## What to do
Among the entries below, one stretch runs from the line that contains "#199=FACE_BOUND('',#198,.T.);" through the line that contains "#232=PLANE('',#231);". Repeat that stretch exactly, ends included, and only that.

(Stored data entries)
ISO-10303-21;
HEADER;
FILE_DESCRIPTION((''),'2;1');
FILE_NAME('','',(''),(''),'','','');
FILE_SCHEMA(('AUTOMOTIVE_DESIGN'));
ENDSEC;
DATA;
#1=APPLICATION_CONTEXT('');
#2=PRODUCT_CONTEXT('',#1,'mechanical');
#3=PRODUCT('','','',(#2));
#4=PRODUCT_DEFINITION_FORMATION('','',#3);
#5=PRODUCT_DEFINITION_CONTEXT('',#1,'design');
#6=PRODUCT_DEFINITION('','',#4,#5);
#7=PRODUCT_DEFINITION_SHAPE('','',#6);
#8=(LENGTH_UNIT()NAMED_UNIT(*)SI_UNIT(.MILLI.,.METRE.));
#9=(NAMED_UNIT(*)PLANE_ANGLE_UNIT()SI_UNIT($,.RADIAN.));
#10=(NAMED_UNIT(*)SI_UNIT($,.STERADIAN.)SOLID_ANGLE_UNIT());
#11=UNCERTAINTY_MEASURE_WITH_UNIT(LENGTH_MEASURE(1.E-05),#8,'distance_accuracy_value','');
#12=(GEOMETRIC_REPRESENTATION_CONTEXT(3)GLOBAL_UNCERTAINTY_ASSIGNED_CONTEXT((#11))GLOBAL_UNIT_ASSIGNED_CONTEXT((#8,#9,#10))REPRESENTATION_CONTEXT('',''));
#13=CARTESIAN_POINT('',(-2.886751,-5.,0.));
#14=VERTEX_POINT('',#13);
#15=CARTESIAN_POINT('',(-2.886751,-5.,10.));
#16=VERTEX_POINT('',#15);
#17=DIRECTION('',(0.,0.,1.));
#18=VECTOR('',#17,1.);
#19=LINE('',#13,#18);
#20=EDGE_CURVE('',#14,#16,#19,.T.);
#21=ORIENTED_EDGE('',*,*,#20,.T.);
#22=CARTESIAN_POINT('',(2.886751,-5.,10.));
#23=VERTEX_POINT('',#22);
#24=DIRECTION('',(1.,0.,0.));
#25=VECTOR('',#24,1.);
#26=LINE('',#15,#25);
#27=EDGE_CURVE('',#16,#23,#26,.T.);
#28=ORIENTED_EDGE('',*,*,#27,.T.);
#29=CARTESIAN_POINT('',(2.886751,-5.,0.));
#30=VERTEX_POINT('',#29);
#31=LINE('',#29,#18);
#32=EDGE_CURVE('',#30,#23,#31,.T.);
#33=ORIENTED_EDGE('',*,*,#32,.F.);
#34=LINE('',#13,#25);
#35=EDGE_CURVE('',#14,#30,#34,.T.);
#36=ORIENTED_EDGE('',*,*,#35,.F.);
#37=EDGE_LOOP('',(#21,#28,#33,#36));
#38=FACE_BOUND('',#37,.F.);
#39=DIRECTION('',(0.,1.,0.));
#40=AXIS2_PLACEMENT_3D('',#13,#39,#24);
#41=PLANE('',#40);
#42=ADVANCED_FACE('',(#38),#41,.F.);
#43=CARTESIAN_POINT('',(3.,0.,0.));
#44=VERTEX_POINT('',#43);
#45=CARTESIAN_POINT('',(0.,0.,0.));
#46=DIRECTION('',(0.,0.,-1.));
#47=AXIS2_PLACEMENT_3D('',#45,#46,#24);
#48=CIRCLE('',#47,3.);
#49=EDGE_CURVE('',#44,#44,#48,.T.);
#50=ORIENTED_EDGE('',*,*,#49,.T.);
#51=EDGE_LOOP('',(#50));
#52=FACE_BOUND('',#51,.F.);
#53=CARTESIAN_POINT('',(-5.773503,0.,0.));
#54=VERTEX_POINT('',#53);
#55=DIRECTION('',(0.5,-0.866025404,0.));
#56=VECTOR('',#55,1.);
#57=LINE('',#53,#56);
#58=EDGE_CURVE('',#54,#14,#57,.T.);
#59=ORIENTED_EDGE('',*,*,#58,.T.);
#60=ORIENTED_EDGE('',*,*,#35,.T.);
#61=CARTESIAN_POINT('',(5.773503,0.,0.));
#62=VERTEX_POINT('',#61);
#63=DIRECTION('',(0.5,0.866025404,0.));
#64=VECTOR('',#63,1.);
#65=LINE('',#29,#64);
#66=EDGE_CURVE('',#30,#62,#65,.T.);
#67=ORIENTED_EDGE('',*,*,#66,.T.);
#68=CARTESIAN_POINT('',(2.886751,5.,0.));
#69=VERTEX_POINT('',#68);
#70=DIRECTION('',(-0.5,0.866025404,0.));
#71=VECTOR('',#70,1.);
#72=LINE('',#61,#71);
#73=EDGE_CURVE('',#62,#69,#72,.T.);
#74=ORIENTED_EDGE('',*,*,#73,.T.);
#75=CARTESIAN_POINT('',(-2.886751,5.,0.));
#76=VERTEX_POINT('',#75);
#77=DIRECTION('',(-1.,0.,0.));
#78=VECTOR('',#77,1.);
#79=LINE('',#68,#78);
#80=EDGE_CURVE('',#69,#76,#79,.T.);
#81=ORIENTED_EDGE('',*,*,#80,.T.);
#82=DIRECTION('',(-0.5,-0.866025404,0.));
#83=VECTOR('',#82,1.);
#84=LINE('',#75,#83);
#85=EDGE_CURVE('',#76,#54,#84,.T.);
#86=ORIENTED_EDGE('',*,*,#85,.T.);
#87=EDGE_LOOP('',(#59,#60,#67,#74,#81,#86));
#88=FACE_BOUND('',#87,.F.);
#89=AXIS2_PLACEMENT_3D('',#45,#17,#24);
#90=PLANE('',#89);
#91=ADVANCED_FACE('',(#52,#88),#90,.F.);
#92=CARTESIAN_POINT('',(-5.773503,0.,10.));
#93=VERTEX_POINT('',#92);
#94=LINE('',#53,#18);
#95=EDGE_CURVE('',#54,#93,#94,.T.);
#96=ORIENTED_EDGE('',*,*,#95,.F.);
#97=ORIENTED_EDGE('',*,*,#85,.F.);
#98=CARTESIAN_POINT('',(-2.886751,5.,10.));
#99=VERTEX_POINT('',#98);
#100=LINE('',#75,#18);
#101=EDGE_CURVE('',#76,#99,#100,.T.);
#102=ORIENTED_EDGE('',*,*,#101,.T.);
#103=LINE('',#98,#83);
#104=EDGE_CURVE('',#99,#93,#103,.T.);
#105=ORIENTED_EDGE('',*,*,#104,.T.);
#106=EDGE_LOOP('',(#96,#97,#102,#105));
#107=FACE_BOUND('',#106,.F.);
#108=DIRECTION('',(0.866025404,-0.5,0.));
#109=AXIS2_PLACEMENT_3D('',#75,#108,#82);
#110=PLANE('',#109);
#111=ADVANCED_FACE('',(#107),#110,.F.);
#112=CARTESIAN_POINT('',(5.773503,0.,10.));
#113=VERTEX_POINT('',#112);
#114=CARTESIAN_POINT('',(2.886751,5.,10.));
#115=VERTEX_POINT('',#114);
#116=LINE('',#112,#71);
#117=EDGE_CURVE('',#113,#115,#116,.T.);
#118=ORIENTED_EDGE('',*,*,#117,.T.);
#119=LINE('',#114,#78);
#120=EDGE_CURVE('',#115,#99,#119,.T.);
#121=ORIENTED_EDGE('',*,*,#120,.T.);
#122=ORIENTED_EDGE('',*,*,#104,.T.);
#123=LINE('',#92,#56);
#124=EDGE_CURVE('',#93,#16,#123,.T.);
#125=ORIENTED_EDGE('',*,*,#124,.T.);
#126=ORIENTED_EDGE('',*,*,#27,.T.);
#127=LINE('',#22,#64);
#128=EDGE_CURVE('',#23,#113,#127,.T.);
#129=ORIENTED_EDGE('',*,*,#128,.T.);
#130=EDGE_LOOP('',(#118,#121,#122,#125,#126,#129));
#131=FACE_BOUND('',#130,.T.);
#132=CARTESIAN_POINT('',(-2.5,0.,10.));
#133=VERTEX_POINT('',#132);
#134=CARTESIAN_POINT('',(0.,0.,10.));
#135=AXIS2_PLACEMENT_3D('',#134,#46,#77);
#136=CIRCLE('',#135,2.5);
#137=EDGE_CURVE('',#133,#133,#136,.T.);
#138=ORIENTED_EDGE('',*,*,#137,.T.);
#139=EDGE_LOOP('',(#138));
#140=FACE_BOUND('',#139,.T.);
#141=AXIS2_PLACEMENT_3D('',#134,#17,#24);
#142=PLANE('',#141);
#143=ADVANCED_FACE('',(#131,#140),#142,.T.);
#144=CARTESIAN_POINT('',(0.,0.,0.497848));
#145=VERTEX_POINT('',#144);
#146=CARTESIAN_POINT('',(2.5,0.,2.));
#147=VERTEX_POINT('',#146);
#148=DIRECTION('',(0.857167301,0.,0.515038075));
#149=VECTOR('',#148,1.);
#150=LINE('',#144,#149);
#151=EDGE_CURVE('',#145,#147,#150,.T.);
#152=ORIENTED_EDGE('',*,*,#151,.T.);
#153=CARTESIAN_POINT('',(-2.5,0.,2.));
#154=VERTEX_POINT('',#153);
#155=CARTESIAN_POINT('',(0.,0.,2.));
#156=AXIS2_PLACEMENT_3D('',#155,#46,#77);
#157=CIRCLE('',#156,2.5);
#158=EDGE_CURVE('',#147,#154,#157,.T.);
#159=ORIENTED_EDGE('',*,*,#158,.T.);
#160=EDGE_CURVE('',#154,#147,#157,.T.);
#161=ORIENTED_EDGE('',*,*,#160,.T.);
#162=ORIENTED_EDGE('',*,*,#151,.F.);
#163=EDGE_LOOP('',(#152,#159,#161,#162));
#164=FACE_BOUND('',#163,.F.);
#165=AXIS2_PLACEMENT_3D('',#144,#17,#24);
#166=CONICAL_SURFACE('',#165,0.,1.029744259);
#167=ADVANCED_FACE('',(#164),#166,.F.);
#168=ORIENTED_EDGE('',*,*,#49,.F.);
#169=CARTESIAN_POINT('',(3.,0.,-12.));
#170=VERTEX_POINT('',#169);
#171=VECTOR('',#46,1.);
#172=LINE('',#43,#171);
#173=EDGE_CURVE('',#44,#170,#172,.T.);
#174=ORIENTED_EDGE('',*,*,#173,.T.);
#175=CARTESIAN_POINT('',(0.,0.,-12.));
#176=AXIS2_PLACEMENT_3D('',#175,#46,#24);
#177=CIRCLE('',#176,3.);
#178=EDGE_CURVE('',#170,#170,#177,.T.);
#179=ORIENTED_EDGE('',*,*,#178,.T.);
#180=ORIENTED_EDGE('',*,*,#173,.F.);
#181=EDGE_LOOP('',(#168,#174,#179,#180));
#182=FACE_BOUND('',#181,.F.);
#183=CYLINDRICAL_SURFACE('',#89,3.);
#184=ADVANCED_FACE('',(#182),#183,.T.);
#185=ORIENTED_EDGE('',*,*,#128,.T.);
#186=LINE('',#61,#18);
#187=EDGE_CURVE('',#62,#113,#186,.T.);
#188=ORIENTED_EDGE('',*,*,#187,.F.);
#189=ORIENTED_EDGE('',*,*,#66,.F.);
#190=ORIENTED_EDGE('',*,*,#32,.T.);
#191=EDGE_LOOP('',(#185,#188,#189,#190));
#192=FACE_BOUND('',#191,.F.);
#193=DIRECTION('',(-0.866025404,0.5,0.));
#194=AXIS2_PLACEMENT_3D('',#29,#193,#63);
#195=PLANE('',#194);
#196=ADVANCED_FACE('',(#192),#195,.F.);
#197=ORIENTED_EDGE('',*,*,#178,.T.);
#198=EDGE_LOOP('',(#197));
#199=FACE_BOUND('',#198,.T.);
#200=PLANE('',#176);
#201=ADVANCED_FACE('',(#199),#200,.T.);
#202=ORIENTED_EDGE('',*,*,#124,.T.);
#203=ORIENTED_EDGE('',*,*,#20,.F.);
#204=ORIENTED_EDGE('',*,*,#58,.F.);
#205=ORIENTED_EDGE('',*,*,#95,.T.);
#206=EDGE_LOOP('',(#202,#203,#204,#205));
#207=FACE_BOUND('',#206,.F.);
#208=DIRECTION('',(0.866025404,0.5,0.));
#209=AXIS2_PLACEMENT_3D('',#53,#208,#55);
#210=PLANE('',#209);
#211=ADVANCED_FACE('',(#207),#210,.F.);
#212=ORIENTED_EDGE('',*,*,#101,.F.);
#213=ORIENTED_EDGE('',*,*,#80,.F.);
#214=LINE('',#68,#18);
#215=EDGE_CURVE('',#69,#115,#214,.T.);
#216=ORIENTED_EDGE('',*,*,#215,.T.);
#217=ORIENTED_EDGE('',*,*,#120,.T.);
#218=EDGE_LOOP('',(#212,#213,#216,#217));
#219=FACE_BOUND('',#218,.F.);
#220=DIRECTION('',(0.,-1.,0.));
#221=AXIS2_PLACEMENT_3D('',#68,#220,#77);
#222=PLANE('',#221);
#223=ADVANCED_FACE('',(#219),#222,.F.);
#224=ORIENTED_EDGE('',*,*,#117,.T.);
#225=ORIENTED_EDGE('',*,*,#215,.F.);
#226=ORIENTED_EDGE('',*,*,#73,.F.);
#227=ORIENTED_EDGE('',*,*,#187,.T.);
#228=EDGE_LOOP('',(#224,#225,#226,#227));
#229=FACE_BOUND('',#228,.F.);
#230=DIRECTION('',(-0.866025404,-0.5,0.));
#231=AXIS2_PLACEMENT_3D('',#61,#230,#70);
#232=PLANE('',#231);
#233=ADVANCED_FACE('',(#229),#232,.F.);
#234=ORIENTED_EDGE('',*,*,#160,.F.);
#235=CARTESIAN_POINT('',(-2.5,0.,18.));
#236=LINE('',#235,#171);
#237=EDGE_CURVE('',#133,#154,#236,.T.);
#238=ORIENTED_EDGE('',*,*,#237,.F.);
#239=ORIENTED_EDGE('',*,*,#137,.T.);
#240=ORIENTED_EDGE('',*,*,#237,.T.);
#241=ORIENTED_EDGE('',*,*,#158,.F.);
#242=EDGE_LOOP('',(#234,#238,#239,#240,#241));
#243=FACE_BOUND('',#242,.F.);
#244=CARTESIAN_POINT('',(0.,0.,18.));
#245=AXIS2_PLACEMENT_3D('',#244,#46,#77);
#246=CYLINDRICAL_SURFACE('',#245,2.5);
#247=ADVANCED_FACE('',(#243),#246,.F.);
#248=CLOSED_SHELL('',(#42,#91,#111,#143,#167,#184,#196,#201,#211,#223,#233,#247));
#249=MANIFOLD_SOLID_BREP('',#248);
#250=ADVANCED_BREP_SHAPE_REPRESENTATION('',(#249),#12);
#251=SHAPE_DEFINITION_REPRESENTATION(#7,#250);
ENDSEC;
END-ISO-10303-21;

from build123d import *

# Parameters (mm, degrees)
F1_DEPTH = 10
F3_D     = 5
F3_DEPTH = 8
F3_TIP   = 1.5021515476
F4_R     = 3
F5_DEPTH = 12


with BuildPart() as f1:
    # F0 (on Top) → F1 (new body)
    with BuildSketch(Plane.XY):
        Polygon((2.8867513459, 5), (-2.8867513459, 5), (-5.7735026919, 0), (-2.8867513459, -5), (2.8867513459, -5), (5.7735026919, 0), align=None)
    extrude(amount=F1_DEPTH)

    # F3
    with Locations(Plane.XY.offset(10)):
        with Locations((0, 0)):
            Hole(F3_D / 2, depth=F3_DEPTH)
            with Locations((0, 0, -(F3_DEPTH + F3_TIP / 2))):  # 118° drill point
                Cone(0, F3_D / 2, F3_TIP, mode=Mode.SUBTRACT)

    # F4 (on face) → F5 (join)
    with BuildSketch(Plane(origin=(0, 0, 0), x_dir=(1, 0, 0), z_dir=(0, 0, -1))):
        Circle(F4_R)
    extrude(amount=F5_DEPTH)


solid = f1.part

## Final answer
#199=FACE_BOUND('',#198,.T.);
#200=PLANE('',#176);
#201=ADVANCED_FACE('',(#199),#200,.T.);
#202=ORIENTED_EDGE('',*,*,#124,.T.);
#203=ORIENTED_EDGE('',*,*,#20,.F.);
#204=ORIENTED_EDGE('',*,*,#58,.F.);
#205=ORIENTED_EDGE('',*,*,#95,.T.);
#206=EDGE_LOOP('',(#202,#203,#204,#205));
#207=FACE_BOUND('',#206,.F.);
#208=DIRECTION('',(0.866025404,0.5,0.));
#209=AXIS2_PLACEMENT_3D('',#53,#208,#55);
#210=PLANE('',#209);
#211=ADVANCED_FACE('',(#207),#210,.F.);
#212=ORIENTED_EDGE('',*,*,#101,.F.);
#213=ORIENTED_EDGE('',*,*,#80,.F.);
#214=LINE('',#68,#18);
#215=EDGE_CURVE('',#69,#115,#214,.T.);
#216=ORIENTED_EDGE('',*,*,#215,.T.);
#217=ORIENTED_EDGE('',*,*,#120,.T.);
#218=EDGE_LOOP('',(#212,#213,#216,#217));
#219=FACE_BOUND('',#218,.F.);
#220=DIRECTION('',(0.,-1.,0.));
#221=AXIS2_PLACEMENT_3D('',#68,#220,#77);
#222=PLANE('',#221);
#223=ADVANCED_FACE('',(#219),#222,.F.);
#224=ORIENTED_EDGE('',*,*,#117,.T.);
#225=ORIENTED_EDGE('',*,*,#215,.F.);
#226=ORIENTED_EDGE('',*,*,#73,.F.);
#227=ORIENTED_EDGE('',*,*,#187,.T.);
#228=EDGE_LOOP('',(#224,#225,#226,#227));
#229=FACE_BOUND('',#228,.F.);
#230=DIRECTION('',(-0.866025404,-0.5,0.));
#231=AXIS2_PLACEMENT_3D('',#61,#230,#70);
#232=PLANE('',#231);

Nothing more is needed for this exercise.